# Introduction to RAPIDS

The RAPIDS data science framework is a GPU-empowered collection of libraries for executing end-to-end data science pipelines completely in the GPU. It is designed to make an effective use of the computational capabilities of GPUs with optimized NVIDIA CUDA® primitives and high-bandwidth GPU memory. The primary objective behind using RAPIDS is to accelerate individual parts of the typical data science workflow, and thereby accelerating the complete end-to-end workflow in Data Preparation and Machine Learning.

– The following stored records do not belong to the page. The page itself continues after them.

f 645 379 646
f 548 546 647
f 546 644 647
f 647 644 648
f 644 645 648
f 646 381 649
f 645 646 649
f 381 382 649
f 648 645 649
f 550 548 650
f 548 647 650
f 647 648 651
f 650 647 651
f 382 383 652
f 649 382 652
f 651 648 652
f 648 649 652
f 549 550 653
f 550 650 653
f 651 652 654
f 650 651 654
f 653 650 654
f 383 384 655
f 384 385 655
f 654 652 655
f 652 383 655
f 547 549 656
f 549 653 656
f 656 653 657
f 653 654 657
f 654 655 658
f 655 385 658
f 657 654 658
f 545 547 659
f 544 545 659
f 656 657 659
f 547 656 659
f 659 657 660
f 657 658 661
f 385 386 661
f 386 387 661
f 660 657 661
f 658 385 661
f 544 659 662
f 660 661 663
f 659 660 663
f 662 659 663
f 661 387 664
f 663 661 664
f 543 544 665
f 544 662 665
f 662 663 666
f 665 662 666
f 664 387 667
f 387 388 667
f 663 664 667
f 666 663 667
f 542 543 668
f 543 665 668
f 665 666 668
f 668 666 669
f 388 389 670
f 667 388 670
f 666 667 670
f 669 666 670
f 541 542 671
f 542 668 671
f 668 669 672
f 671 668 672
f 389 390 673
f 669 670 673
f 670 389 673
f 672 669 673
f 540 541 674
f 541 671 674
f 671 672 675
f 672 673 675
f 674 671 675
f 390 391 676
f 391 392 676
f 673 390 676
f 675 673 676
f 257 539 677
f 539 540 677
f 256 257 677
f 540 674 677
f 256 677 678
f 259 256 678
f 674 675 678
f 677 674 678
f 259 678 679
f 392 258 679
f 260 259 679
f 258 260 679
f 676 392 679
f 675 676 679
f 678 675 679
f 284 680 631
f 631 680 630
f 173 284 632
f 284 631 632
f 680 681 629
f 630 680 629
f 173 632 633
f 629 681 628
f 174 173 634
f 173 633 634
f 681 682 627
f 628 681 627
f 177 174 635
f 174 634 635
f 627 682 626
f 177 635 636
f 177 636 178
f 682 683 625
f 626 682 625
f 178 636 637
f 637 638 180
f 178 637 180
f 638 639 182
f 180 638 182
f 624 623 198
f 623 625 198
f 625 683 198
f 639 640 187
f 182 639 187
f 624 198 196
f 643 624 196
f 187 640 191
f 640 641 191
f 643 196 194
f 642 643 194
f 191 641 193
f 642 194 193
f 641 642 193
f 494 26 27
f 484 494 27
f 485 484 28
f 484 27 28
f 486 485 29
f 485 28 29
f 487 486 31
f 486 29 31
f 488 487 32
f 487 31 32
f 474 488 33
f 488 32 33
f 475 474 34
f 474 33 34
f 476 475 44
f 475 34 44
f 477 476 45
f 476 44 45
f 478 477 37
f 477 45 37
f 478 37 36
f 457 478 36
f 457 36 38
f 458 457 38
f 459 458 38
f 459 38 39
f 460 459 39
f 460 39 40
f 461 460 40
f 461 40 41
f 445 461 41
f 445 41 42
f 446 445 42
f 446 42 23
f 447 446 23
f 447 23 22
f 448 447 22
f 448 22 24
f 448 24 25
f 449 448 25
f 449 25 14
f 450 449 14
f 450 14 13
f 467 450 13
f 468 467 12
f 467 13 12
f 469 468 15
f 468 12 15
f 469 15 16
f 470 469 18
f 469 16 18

Read through [this](https://medium.com/future-vision/what-is-rapids-ai-7e552d80a1d2) medium article to understand how RAPIDS works.
<br><br>
If you have already worked with pandas and numpy previously, most of the tutorial will seem very familiar to you. If you haven't, do not worry. This is a great place to start!

## SETUP

**Note that pandas is a data analysis and manipulation tool built on top of the Python programming language to perform various tasks (e.g.: loading, joining, aggregating, filtering data). cuDF is a GPU DataFrame library that helps perform similar functionalities with massive acceleration.**

In [1]:
import cudf
import pandas as pd

Before we dive in, please make sure to check out the official documentation [here](https://docs.rapids.ai/api) to get an overall idea. Additionally, refer to the [cheatsheet](https://rapids.ai/assets/files/cheatsheet.pdf) for a crisp and clear representation of the functionalities provided by RAPIDS.

## SECTION 1: CUDF BASICS
### cuDF DataFrame
Firstly, we will understand creating dataframes in cuDF. You can build a dataframe in multiple ways as shown in the official documentation. Let us first initialize the dataframe object.

In [2]:
gdf = cudf.DataFrame()

Now that we have a cudf.Dataframe object, we will build the dataframe with values. Let us explore adding values by defining them through their columns.

In [3]:
#creates a column named 'index' with the values 0, 1, 2, 3, 4
gdf['index'] = [0, 1, 2, 3, 4]

#creates a column named 'value' with the values 10, 20, 30, 40, 50
gdf['value'] = [10, 20, 30, 40, 50]

#displays the current cudf dataframe
gdf

Unnamed: 0,index,value
0,0,10
1,1,20
2,2,30
3,3,40
4,4,50


We can also build the dataframe with list of rows of the dataframe as tuples.

In [4]:
#the first parameter is the data and the second parameter is the name of the columns
df = cudf.DataFrame([
    (5, 60),
    (6, 70),
    (7, 80),
],
columns = ['index', 'value'])
df

Unnamed: 0,index,value
0,5,60
1,6,70
2,7,80


## SECTION 2: CUDF using Netflix Movie Dataset
Now that we have a basic understanding of how to work with a cuDF DataFrame, let us try to work with creating one from a dataset. We will be using the dataset from [here](https://www.kaggle.com/shivamb/netflix-shows) to get hands-on with cuDF.<br>

### Reading a CSV file
Import the netfilx_titles.csv dataset into a cuDF dataframe.

In [5]:
gdf = cudf.read_csv('/shared-data/Apr20/data/Module3/netflix_titles.csv')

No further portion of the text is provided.